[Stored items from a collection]
--- START ---

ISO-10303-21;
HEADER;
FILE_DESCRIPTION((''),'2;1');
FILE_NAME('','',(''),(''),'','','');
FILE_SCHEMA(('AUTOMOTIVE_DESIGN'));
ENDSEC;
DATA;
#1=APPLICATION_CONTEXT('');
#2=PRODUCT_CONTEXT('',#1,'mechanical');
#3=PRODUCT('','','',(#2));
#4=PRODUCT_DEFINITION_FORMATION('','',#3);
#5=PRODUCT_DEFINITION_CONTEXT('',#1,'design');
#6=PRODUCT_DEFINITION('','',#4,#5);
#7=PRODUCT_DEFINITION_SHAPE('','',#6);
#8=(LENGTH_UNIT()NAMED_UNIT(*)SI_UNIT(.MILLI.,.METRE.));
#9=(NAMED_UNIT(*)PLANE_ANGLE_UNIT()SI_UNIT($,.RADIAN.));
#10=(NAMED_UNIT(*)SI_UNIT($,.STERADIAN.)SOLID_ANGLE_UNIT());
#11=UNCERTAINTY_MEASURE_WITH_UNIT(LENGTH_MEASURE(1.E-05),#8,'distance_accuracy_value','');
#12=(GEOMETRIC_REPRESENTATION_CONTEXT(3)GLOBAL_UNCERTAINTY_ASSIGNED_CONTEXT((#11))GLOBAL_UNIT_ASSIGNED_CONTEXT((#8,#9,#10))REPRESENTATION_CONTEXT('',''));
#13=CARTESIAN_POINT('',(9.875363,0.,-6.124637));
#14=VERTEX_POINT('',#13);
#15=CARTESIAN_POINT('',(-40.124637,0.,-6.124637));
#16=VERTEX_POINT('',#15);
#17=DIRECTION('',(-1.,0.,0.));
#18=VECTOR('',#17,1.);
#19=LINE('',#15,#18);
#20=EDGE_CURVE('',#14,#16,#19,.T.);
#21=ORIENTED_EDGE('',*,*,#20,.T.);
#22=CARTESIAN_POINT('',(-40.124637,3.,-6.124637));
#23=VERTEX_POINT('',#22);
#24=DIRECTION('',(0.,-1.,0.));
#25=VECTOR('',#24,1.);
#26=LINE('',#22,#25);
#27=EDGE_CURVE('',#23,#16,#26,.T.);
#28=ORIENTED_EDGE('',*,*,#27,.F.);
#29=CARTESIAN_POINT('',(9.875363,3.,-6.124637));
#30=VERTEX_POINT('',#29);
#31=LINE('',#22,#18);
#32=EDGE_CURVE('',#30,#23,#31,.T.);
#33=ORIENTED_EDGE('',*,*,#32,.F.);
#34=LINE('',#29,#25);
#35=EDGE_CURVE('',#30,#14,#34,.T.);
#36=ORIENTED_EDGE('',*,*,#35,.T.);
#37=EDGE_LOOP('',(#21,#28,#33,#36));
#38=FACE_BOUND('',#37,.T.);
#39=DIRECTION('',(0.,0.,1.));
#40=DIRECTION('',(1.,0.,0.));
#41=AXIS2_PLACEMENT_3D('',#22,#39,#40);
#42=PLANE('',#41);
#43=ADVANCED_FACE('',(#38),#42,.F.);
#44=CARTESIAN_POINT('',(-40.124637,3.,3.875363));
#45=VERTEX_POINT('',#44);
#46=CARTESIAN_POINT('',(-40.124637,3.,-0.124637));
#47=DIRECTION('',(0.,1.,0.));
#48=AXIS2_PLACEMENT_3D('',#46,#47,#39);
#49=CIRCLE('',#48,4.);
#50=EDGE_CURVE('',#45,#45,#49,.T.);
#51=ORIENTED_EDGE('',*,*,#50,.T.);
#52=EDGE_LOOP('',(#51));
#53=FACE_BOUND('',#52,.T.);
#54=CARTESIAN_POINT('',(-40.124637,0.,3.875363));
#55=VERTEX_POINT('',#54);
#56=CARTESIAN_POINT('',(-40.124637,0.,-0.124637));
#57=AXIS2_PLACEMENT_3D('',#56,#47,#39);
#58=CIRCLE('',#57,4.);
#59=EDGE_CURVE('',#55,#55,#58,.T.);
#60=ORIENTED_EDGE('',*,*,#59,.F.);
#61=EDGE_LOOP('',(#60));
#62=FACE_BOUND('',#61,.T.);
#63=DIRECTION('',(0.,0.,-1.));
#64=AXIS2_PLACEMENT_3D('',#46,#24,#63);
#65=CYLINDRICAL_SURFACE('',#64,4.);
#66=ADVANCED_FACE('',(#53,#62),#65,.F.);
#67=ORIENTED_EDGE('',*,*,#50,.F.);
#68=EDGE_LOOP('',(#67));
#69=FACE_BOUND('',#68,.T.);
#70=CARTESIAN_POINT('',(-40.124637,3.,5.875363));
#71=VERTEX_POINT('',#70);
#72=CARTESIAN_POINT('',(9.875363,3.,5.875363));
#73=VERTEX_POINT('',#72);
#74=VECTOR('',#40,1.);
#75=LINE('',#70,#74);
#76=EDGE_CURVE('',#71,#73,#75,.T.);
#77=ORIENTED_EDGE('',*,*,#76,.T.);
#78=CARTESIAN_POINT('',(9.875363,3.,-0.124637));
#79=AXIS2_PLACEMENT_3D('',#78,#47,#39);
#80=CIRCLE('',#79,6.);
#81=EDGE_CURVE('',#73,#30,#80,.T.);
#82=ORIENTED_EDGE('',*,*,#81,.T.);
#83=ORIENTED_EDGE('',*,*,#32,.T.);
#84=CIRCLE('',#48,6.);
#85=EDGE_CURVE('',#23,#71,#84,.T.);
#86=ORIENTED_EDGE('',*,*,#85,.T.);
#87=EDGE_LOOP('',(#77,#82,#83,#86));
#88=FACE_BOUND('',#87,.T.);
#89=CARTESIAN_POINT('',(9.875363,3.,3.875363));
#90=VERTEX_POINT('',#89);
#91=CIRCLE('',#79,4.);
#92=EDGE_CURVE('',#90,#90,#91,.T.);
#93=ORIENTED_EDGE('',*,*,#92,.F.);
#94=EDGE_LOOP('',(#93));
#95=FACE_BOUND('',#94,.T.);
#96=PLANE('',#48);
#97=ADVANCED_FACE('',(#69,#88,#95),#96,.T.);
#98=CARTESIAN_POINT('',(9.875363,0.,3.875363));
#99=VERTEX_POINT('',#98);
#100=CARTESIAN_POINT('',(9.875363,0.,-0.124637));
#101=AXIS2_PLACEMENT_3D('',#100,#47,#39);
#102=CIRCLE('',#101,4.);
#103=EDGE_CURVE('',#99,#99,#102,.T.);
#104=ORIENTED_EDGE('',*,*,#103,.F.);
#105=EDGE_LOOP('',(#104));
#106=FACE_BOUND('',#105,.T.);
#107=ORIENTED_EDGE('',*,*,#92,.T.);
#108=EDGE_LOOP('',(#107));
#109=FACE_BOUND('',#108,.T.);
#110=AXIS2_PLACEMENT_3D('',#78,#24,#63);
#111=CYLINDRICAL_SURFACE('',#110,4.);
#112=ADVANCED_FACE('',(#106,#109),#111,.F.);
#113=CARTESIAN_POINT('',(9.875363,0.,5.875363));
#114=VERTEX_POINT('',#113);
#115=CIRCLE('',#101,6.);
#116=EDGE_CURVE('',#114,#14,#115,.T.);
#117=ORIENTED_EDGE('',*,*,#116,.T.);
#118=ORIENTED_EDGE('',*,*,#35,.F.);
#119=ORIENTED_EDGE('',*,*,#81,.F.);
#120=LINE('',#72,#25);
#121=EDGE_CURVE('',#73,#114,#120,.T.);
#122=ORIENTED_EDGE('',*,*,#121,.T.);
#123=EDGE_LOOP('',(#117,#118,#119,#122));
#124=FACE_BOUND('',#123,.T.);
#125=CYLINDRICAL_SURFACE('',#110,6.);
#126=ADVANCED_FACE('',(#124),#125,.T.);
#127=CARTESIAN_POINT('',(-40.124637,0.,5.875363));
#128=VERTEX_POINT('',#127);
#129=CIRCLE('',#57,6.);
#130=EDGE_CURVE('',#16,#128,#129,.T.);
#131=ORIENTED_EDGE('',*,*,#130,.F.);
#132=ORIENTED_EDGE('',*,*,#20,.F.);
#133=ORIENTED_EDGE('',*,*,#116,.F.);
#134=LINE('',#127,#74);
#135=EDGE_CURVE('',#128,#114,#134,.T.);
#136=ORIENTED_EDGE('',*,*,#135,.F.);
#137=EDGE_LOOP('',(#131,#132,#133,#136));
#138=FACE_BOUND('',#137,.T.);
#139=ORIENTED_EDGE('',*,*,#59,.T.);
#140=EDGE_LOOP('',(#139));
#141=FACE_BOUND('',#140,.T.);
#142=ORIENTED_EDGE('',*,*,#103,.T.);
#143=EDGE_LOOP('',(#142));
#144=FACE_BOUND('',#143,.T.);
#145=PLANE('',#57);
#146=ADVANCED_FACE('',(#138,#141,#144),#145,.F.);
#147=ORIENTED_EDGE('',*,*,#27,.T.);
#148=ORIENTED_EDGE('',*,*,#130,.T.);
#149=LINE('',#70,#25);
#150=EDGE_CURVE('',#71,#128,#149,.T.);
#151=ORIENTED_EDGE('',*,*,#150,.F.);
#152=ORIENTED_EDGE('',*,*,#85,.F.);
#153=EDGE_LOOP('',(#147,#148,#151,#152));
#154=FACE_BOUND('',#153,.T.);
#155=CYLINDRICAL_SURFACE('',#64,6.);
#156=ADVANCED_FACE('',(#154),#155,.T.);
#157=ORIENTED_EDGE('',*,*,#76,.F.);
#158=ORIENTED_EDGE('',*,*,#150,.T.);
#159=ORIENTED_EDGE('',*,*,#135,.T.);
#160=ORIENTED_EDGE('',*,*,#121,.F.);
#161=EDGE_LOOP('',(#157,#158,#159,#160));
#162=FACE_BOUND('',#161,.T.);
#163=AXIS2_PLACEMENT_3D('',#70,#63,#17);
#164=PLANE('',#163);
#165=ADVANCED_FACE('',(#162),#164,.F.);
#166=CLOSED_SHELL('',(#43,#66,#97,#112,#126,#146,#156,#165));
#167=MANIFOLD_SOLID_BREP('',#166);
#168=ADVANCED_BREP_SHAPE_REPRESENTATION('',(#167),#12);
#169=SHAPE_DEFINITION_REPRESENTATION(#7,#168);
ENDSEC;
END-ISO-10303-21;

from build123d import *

# Parameters (mm, degrees)
SKETCH1_R           = 4
BOSS_EXTRUDE1_DEPTH = 3


with BuildPart() as part:
    # Sketch1 → Boss-Extrude1 (new body)
    with BuildSketch(Plane(origin=(0, 0, 0), x_dir=(1, 0, 0), z_dir=(0, 1, 0))):
        with BuildLine():
            Line((-40.12463695, 6.12463695), (9.87536305, 6.12463695))
            ThreePointArc((9.87536305, 6.12463695), (15.87536305, 0.12463695), (9.87536305, -5.87536305))
            Line((9.87536305, -5.87536305), (-40.12463695, -5.87536305))
            ThreePointArc((-40.12463695, -5.87536305), (-46.12463695, 0.12463695), (-40.12463695, 6.12463695))
        make_face()
        with Locations(Location((-40.12463695, 0.12463695, 0), (0, 0, 270))):
            Circle(SKETCH1_R, mode=Mode.SUBTRACT)
        with Locations(Location((9.87536305, 0.12463695, 0), (0, 0, 270))):
            Circle(SKETCH1_R, mode=Mode.SUBTRACT)
    extrude(amount=BOSS_EXTRUDE1_DEPTH)


solid = part.part
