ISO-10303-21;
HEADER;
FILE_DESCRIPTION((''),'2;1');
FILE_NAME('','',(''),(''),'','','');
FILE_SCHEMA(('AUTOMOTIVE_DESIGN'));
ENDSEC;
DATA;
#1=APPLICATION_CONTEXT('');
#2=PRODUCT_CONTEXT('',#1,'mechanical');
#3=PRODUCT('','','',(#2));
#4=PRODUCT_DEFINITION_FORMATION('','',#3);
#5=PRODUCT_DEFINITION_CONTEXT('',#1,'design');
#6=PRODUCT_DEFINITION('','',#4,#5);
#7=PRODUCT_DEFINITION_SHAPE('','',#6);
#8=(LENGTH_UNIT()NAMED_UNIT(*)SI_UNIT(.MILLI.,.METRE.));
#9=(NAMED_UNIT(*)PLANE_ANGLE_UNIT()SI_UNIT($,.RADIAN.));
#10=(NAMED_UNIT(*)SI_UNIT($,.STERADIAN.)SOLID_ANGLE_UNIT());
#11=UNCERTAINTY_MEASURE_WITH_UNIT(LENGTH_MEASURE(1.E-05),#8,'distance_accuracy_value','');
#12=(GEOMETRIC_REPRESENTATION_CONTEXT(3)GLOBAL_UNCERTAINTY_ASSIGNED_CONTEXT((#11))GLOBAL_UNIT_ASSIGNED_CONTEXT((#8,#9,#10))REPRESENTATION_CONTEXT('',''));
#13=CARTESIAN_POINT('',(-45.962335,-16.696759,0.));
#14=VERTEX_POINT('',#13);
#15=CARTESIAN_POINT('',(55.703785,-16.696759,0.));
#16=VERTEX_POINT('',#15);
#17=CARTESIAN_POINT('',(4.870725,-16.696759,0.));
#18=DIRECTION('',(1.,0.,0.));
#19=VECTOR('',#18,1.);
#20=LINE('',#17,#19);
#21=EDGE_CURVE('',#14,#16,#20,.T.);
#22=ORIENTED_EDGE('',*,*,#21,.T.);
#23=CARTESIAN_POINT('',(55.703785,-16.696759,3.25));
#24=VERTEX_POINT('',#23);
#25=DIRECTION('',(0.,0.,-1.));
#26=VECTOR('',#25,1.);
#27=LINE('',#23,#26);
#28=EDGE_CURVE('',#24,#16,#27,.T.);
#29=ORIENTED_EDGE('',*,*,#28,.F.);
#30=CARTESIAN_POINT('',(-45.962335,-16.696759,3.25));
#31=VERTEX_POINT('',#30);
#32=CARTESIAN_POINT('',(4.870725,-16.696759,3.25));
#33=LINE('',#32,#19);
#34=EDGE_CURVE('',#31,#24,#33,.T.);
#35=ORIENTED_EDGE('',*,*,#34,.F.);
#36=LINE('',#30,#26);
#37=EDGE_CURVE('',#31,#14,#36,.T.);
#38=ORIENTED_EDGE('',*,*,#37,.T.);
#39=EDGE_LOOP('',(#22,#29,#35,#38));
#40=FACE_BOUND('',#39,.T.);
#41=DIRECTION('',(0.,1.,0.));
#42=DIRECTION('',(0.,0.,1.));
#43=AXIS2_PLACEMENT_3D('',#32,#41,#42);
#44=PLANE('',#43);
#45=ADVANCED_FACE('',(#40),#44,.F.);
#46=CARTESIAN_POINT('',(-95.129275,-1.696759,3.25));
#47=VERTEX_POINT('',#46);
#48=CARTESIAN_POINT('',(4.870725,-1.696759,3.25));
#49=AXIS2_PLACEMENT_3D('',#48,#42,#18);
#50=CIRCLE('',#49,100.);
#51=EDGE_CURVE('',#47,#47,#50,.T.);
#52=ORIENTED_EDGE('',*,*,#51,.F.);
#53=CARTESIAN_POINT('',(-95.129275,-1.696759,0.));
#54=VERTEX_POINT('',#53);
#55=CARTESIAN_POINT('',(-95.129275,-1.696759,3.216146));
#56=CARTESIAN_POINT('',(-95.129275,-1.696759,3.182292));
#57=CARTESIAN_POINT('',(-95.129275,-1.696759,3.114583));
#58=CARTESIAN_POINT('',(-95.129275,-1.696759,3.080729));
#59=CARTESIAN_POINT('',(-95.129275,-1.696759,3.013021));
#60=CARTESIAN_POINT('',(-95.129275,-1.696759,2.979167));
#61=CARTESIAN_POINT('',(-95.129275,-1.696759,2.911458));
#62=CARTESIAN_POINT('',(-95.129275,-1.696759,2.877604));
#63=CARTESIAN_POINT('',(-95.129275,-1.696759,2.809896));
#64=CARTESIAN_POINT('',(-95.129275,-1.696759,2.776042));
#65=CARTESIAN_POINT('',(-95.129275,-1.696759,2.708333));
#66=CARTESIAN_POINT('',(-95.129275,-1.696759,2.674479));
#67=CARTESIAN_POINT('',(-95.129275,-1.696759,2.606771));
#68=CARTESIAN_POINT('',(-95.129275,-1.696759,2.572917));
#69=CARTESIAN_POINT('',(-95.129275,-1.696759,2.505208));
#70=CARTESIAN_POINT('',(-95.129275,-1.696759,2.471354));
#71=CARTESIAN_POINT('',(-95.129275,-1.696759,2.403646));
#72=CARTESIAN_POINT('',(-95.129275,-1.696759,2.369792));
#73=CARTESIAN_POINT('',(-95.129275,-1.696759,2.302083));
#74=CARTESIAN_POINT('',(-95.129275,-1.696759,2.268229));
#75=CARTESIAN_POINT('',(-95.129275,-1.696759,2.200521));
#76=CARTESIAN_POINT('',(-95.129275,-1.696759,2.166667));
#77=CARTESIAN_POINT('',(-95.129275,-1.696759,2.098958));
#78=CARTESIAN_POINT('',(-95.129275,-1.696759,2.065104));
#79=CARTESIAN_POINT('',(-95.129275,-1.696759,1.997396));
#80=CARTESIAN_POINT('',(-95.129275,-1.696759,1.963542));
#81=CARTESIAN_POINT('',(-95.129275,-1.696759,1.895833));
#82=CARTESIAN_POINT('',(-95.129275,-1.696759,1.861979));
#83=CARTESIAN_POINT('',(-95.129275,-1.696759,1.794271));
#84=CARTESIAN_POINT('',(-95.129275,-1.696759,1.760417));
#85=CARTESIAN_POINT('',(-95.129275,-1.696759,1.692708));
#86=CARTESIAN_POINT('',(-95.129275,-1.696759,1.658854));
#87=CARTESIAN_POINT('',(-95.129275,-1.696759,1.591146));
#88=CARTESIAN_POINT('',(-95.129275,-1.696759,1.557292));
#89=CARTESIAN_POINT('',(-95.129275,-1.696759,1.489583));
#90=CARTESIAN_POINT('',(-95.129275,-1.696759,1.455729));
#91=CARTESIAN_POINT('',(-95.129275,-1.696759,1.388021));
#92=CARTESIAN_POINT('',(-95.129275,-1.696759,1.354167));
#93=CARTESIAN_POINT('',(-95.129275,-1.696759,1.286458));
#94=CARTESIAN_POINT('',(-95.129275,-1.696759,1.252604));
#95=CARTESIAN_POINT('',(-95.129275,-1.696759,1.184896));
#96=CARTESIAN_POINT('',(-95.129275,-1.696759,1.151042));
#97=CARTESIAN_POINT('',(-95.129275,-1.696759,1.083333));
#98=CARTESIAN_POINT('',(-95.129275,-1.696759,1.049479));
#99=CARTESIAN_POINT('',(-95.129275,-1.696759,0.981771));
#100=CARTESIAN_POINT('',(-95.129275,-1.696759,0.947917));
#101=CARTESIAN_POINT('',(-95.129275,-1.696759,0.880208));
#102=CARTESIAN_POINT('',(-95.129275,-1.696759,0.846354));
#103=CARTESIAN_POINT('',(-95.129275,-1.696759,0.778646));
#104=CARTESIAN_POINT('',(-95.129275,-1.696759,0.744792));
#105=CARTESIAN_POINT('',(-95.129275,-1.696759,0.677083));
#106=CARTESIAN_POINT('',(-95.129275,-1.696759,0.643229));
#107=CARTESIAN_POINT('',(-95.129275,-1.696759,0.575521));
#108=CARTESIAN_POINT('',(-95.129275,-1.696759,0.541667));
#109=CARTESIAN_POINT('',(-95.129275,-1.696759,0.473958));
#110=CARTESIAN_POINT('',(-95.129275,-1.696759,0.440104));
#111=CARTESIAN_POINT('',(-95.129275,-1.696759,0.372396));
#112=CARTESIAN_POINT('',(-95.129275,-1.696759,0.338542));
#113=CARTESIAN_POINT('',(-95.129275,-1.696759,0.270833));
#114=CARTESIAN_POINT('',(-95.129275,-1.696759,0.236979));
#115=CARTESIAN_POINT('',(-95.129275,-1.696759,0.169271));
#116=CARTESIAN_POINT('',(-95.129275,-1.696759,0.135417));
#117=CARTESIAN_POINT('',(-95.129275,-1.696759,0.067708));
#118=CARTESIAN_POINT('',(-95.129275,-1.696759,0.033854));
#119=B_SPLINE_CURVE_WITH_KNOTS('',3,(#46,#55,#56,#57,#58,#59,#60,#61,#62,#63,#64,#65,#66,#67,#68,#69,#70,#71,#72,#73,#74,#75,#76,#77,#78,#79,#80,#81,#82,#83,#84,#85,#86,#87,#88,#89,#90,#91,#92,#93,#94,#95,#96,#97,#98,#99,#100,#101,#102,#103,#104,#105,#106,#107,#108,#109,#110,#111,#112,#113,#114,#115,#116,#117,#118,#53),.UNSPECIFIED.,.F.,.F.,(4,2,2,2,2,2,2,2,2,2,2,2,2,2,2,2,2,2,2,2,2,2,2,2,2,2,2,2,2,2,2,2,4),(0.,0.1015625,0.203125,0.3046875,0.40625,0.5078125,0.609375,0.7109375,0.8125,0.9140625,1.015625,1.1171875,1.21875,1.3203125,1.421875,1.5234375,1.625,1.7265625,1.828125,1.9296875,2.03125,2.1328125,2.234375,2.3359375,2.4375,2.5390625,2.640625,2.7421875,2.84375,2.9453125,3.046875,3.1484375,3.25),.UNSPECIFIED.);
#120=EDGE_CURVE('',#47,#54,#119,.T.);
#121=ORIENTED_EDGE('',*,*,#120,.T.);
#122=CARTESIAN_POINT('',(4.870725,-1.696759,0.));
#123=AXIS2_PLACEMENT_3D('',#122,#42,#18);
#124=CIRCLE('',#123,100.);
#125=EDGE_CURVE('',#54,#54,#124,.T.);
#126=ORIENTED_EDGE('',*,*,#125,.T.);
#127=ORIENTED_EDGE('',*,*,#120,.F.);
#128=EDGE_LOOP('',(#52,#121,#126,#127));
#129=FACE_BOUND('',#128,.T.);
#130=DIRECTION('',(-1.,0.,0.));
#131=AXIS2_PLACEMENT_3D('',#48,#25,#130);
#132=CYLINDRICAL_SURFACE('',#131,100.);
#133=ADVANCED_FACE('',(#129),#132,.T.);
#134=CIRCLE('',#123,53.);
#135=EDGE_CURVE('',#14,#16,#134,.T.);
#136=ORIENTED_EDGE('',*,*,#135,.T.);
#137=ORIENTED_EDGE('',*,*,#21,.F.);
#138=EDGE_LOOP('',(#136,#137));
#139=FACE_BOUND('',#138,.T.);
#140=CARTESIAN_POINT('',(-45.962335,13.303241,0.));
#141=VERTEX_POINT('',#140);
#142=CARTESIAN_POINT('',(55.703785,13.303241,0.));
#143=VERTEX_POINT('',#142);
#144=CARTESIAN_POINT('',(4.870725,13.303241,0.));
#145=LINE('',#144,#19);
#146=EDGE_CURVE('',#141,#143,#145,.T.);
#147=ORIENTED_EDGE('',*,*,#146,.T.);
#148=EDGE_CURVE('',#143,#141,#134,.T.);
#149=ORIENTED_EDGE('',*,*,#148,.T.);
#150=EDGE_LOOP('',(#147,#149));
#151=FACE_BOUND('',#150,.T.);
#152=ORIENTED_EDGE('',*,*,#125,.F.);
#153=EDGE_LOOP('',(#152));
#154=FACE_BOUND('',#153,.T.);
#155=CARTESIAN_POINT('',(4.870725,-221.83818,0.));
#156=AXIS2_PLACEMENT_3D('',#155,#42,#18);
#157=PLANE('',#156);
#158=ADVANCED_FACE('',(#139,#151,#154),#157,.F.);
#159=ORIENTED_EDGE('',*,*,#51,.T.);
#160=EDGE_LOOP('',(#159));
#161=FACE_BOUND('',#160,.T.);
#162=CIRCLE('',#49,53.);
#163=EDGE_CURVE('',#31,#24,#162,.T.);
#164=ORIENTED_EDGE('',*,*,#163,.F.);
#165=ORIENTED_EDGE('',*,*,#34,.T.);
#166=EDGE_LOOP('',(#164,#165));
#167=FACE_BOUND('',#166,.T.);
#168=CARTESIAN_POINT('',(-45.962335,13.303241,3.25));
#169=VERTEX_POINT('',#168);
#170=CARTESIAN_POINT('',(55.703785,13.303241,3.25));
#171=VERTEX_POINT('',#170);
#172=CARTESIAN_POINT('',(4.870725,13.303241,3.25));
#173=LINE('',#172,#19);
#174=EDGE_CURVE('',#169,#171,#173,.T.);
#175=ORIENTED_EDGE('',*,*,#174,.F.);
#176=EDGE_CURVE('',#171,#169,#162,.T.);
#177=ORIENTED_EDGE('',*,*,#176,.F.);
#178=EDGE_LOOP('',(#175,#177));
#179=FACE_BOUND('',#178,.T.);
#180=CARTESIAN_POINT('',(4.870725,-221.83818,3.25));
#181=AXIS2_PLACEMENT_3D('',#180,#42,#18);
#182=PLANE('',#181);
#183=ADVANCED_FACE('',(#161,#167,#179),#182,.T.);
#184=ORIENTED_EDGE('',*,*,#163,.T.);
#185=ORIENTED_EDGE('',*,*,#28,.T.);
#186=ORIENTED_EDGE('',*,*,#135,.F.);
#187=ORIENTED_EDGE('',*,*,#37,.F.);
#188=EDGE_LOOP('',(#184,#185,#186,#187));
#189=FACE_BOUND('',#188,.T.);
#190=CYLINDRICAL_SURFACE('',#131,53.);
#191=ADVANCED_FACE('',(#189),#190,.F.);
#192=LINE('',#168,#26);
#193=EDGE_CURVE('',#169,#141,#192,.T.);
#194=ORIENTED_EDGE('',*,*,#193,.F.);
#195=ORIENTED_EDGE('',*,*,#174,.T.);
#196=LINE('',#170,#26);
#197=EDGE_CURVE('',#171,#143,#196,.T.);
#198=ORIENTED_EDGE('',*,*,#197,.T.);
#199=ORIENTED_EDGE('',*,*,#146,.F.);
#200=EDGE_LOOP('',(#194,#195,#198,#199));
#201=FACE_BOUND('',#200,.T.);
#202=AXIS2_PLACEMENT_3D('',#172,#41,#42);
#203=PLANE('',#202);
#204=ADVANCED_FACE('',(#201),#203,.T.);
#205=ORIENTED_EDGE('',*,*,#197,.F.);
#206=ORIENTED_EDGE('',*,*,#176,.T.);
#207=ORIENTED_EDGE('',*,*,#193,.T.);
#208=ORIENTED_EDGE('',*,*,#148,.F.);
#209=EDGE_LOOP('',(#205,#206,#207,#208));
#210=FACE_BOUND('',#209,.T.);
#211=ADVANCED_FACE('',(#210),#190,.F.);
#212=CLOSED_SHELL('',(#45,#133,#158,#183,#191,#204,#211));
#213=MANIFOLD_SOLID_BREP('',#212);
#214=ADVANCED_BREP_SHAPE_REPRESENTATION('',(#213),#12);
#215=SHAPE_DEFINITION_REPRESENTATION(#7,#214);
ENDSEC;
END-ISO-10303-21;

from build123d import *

# Parameters (mm, degrees)
SKETCH1_R           = 100
BOSS_EXTRUDE1_DEPTH = 3.25


with BuildPart() as part:
    # Sketch1 → Boss-Extrude1 (new body)
    with BuildSketch(Plane.XY):
        with Locations((4.870724861, -1.696758811)):
            Circle(SKETCH1_R)
        with BuildLine():
            ThreePointArc((55.70378497, -16.696758811), (4.870724861, -54.696758811), (-45.962335247, -16.696758811))
            Line((-45.962335247, -16.696758811), (55.70378497, -16.696758811))
        make_face(mode=Mode.SUBTRACT)
        with BuildLine():
            ThreePointArc((-45.962335247, 13.303241189), (4.870724861, 51.303241189), (55.70378497, 13.303241189))
            Line((55.70378497, 13.303241189), (-45.962335247, 13.303241189))
        make_face(mode=Mode.SUBTRACT)
    extrude(amount=BOSS_EXTRUDE1_DEPTH)


solid = part.part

--- END ---

**REQUIRED WORK**. Nothing but the lines above from the one containing "#58=CIRCLE('',#57,4.);" through the one containing "#71=VERTEX_POINT('',#70);" should appear in the answer, each repeated exactly.

**EXERCISE RESULT**.
#58=CIRCLE('',#57,4.);
#59=EDGE_CURVE('',#55,#55,#58,.T.);
#60=ORIENTED_EDGE('',*,*,#59,.F.);
#61=EDGE_LOOP('',(#60));
#62=FACE_BOUND('',#61,.T.);
#63=DIRECTION('',(0.,0.,-1.));
#64=AXIS2_PLACEMENT_3D('',#46,#24,#63);
#65=CYLINDRICAL_SURFACE('',#64,4.);
#66=ADVANCED_FACE('',(#53,#62),#65,.F.);
#67=ORIENTED_EDGE('',*,*,#50,.F.);
#68=EDGE_LOOP('',(#67));
#69=FACE_BOUND('',#68,.T.);
#70=CARTESIAN_POINT('',(-40.124637,3.,5.875363));
#71=VERTEX_POINT('',#70);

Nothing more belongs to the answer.